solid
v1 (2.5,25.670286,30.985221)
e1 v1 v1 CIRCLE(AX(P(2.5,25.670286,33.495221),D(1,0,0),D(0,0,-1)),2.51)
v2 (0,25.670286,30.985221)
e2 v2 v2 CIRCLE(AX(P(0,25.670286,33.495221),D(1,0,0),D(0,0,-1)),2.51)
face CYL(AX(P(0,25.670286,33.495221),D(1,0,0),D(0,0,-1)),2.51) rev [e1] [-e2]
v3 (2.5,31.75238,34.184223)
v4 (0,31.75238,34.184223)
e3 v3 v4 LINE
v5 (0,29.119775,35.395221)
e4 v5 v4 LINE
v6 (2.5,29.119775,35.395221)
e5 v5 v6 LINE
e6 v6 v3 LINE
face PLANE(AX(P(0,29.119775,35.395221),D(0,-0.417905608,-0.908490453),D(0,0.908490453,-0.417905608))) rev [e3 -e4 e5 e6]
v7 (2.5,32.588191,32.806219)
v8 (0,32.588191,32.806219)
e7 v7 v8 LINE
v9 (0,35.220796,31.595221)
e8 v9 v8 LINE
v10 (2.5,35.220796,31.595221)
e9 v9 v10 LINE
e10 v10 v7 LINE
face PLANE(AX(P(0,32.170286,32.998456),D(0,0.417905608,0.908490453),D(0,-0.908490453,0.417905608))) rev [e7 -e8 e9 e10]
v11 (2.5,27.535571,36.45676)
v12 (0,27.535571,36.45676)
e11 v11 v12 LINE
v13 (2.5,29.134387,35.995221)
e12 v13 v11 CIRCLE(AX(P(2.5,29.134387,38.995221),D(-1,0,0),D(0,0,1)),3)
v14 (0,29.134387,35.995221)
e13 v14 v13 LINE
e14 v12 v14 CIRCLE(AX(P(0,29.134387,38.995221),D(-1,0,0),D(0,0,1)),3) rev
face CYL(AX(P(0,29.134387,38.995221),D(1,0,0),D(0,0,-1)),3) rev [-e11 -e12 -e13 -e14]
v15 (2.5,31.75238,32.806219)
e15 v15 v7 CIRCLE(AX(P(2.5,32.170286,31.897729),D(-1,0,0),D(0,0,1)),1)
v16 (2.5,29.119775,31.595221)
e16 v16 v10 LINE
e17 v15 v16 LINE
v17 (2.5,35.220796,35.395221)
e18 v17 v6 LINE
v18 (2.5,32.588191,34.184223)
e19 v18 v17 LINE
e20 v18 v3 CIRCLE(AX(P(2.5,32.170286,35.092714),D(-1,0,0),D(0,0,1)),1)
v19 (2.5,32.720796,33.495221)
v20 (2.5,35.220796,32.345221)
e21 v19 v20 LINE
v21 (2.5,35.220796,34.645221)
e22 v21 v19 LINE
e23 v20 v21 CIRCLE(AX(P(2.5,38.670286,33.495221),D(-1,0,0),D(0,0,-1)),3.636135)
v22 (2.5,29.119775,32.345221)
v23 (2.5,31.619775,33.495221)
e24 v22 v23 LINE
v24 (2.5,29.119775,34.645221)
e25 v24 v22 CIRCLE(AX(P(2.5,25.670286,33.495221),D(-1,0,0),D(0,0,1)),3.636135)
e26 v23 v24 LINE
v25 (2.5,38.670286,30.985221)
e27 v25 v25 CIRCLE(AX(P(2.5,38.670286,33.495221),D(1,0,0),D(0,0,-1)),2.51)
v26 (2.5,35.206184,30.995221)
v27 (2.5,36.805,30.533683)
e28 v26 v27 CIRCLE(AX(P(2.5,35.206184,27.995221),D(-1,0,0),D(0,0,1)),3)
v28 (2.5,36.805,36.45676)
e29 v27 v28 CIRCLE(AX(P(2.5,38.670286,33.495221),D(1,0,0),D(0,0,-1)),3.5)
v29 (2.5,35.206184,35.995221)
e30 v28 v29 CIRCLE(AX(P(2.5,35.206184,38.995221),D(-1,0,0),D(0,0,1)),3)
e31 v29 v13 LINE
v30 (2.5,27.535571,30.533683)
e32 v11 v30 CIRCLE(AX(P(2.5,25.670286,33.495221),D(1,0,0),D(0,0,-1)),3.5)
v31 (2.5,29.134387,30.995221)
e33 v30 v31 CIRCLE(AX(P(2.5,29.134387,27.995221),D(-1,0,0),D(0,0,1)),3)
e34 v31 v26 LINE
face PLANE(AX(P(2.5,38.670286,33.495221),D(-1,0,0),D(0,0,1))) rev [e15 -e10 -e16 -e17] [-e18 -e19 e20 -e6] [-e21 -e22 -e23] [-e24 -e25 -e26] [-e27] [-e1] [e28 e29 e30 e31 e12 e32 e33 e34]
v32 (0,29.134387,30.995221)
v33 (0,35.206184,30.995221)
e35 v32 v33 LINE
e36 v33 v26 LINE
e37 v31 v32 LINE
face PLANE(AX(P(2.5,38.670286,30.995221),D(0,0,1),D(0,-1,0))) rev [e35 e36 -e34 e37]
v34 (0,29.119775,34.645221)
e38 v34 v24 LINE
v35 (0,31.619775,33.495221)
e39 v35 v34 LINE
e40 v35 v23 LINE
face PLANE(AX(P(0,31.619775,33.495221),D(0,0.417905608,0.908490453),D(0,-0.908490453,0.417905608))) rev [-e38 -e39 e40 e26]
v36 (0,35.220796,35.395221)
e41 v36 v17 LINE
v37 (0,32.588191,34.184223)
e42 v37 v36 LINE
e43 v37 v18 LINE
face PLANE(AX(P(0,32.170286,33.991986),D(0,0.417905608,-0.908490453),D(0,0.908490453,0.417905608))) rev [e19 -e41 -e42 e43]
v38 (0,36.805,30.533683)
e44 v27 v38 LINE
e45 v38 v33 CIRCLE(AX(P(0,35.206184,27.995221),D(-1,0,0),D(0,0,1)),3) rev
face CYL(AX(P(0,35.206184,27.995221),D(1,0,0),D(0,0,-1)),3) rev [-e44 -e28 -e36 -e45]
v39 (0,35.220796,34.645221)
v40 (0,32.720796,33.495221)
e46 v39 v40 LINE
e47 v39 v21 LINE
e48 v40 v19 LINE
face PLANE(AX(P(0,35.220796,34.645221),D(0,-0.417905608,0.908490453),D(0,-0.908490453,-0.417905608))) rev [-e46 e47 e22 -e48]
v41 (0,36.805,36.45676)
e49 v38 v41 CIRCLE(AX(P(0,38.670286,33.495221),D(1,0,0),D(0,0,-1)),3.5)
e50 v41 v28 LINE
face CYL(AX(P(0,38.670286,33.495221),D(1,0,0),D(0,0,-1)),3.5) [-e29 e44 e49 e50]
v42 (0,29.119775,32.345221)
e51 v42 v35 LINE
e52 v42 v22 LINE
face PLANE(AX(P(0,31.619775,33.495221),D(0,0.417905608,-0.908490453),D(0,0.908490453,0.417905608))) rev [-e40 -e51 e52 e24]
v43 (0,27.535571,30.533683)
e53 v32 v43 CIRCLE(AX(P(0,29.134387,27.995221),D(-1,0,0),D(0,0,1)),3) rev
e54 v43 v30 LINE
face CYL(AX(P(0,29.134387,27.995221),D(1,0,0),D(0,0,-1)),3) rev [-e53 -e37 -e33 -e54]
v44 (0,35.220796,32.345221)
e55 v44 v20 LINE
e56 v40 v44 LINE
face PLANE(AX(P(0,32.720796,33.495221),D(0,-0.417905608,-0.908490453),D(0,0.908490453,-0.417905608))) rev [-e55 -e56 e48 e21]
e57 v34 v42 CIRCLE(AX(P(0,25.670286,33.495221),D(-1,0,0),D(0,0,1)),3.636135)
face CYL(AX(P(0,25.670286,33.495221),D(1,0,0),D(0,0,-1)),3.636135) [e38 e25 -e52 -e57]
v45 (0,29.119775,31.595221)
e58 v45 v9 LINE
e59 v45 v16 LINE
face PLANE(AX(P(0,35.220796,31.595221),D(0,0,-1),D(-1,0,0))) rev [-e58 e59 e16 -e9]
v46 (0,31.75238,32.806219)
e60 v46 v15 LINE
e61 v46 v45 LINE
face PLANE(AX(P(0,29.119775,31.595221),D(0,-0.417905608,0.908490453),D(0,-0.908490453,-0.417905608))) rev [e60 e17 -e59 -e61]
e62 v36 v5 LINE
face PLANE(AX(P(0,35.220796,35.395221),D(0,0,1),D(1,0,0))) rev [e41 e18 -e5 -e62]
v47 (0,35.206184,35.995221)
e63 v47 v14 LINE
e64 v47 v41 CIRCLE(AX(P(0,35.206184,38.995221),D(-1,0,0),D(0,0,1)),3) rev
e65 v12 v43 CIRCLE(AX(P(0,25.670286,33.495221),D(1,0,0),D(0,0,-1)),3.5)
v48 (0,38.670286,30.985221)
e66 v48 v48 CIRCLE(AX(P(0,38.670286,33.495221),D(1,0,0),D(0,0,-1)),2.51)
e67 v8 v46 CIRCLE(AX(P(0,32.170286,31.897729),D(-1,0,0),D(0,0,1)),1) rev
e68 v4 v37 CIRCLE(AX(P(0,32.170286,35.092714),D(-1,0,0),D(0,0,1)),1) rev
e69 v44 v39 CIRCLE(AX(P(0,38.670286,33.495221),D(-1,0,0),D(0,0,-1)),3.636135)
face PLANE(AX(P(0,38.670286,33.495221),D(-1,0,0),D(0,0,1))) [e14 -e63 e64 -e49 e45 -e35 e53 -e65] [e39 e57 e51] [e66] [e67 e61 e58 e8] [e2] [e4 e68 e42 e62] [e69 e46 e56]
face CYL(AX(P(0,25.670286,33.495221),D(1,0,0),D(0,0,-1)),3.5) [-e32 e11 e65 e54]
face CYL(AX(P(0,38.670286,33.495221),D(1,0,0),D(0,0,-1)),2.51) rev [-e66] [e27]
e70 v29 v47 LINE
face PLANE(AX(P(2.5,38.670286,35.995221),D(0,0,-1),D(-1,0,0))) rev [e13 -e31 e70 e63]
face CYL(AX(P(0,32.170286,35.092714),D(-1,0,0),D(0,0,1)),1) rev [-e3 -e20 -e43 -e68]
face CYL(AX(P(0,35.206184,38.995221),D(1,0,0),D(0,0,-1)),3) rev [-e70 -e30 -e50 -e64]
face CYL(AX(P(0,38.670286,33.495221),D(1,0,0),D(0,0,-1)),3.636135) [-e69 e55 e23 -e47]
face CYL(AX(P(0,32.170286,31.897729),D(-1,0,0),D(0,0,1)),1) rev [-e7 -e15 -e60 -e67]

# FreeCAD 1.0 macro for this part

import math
import FreeCAD as App
import Part
import Sketcher
Q = App.Units.Quantity


def edges_at(feature, points):
    """Names of the edges that pass closest to the given points."""
    edges = feature.Shape.Edges
    near = lambda p: min(range(len(edges)), key=lambda i: edges[i].distToShape(Part.Vertex(*p))[0])
    return sorted({f"Edge{near(p) + 1}" for p in points})

doc = App.newDocument("Part")
params = doc.addObject("Spreadsheet::Sheet", "Params")
for row, (alias, value) in enumerate([
    ("sketch1_radius", "2.5 mm"),
    ("sketch1_width", "13 mm"),
    ("pad1_length", "2.5 mm"),
    ("sketch2_diameter", "7 mm"),
    ("pad2_length", "2.5 mm"),
    ("sketch3_diameter", "5.02 mm"),
    ("pocket1_length", "2.5 mm"),
    ("pocket2_length", "2.5 mm"),
    ("fillet_radius", "3 mm"),
    ("fillet2_radius", "1 mm"),
], start=1):
    params.set(f"A{row}", alias)
    params.set(f"B{row}", "=" + value)
    params.setAlias(f"B{row}", alias)

body = doc.addObject("PartDesign::Body", "Body")

sketch1 = doc.addObject("Sketcher::SketchObject", "Sketch")
body.addObject(sketch1)
sketch1.AttachmentSupport = (doc.YZ_Plane, [""])
sketch1.MapMode = "FlatFace"
sketch1.addGeometry(Part.LineSegment(App.Vector(38.7, 36, 0), App.Vector(25.7, 36, 0)), False)
sketch1.addGeometry(Part.ArcOfCircle(Part.Circle(App.Vector(25.7, 33.5, 0), App.Vector(0, 0, 1), 2.5), math.radians(90), math.radians(270)), False)
sketch1.addGeometry(Part.LineSegment(App.Vector(25.7, 31, 0), App.Vector(38.7, 31, 0)), False)
sketch1.addGeometry(Part.ArcOfCircle(Part.Circle(App.Vector(38.7, 33.5, 0), App.Vector(0, 0, 1), 2.5), math.radians(-90), math.radians(90)), False)
sketch1.addConstraint(Sketcher.Constraint("Tangent", 0, 2, 1, 1))
sketch1.addConstraint(Sketcher.Constraint("Tangent", 1, 2, 2, 1))
sketch1.addConstraint(Sketcher.Constraint("Tangent", 2, 2, 3, 1))
sketch1.addConstraint(Sketcher.Constraint("Tangent", 3, 2, 0, 1))
sketch1.addConstraint(Sketcher.Constraint("Horizontal", 0))
sketch1.addConstraint(Sketcher.Constraint("Horizontal", 2))
sketch1.addConstraint(Sketcher.Constraint("Radius", 1, Q("2.5 mm")))
sketch1.addConstraint(Sketcher.Constraint("DistanceX", 0, 2, 0, 1, Q("13 mm")))
sketch1.addConstraint(Sketcher.Constraint("DistanceY", -1, 1, 1, 3, Q("33.495221 mm")))
sketch1.addConstraint(Sketcher.Constraint("DistanceX", -1, 1, 1, 3, Q("25.670286 mm")))
sketch1.setExpression("Constraints[6]", "Params.sketch1_radius")
sketch1.setExpression("Constraints[7]", "Params.sketch1_width")
pad1 = doc.addObject("PartDesign::Pad", "Pad")
body.addObject(pad1)
pad1.Profile = sketch1
pad1.setExpression("Length", "Params.pad1_length")

sketch2 = doc.addObject("Sketcher::SketchObject", "Sketch001")
body.addObject(sketch2)
sketch2.AttachmentSupport = (doc.YZ_Plane, [""])
sketch2.MapMode = "FlatFace"
sketch2.AttachmentOffset = App.Placement(App.Vector(0, 0, 2.5), App.Rotation())
sketch2.addGeometry(Part.Circle(App.Vector(38.7, 33.5, 0), App.Vector(0, 0, 1), 3.5), False)
sketch2.addGeometry(Part.Circle(App.Vector(25.7, 33.5, 0), App.Vector(0, 0, 1), 3.5), False)
sketch2.addConstraint(Sketcher.Constraint("Equal", 0, 1))
sketch2.addConstraint(Sketcher.Constraint("Horizontal", 0, 3, 1, 3))
sketch2.addConstraint(Sketcher.Constraint("Diameter", 0, Q("7 mm")))
sketch2.addConstraint(Sketcher.Constraint("DistanceX", 1, 3, 0, 3, Q("13 mm")))
sketch2.addConstraint(Sketcher.Constraint("DistanceY", -1, 1, 0, 3, Q("33.495221 mm")))
sketch2.addConstraint(Sketcher.Constraint("DistanceX", -1, 1, 0, 3, Q("38.670286 mm")))
sketch2.setExpression("Constraints[2]", "Params.sketch2_diameter")
pad2 = doc.addObject("PartDesign::Pad", "Pad001")
body.addObject(pad2)
pad2.Profile = sketch2
pad2.setExpression("Length", "Params.pad2_length")
pad2.Reversed = True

◆ **PROBLEM**: Write down again, exactly as given, only the lines above that fall from the line with "-e39 e40 e26]" to the line with "e50 v41 v28 LINE", inclusive.

◆ **RESULT FOR THIS EXERCISE**:
face PLANE(AX(P(0,31.619775,33.495221),D(0,0.417905608,0.908490453),D(0,-0.908490453,0.417905608))) rev [-e38 -e39 e40 e26]
v36 (0,35.220796,35.395221)
e41 v36 v17 LINE
v37 (0,32.588191,34.184223)
e42 v37 v36 LINE
e43 v37 v18 LINE
face PLANE(AX(P(0,32.170286,33.991986),D(0,0.417905608,-0.908490453),D(0,0.908490453,0.417905608))) rev [e19 -e41 -e42 e43]
v38 (0,36.805,30.533683)
e44 v27 v38 LINE
e45 v38 v33 CIRCLE(AX(P(0,35.206184,27.995221),D(-1,0,0),D(0,0,1)),3) rev
face CYL(AX(P(0,35.206184,27.995221),D(1,0,0),D(0,0,-1)),3) rev [-e44 -e28 -e36 -e45]
v39 (0,35.220796,34.645221)
v40 (0,32.720796,33.495221)
e46 v39 v40 LINE
e47 v39 v21 LINE
e48 v40 v19 LINE
face PLANE(AX(P(0,35.220796,34.645221),D(0,-0.417905608,0.908490453),D(0,-0.908490453,-0.417905608))) rev [-e46 e47 e22 -e48]
v41 (0,36.805,36.45676)
e49 v38 v41 CIRCLE(AX(P(0,38.670286,33.495221),D(1,0,0),D(0,0,-1)),3.5)
e50 v41 v28 LINE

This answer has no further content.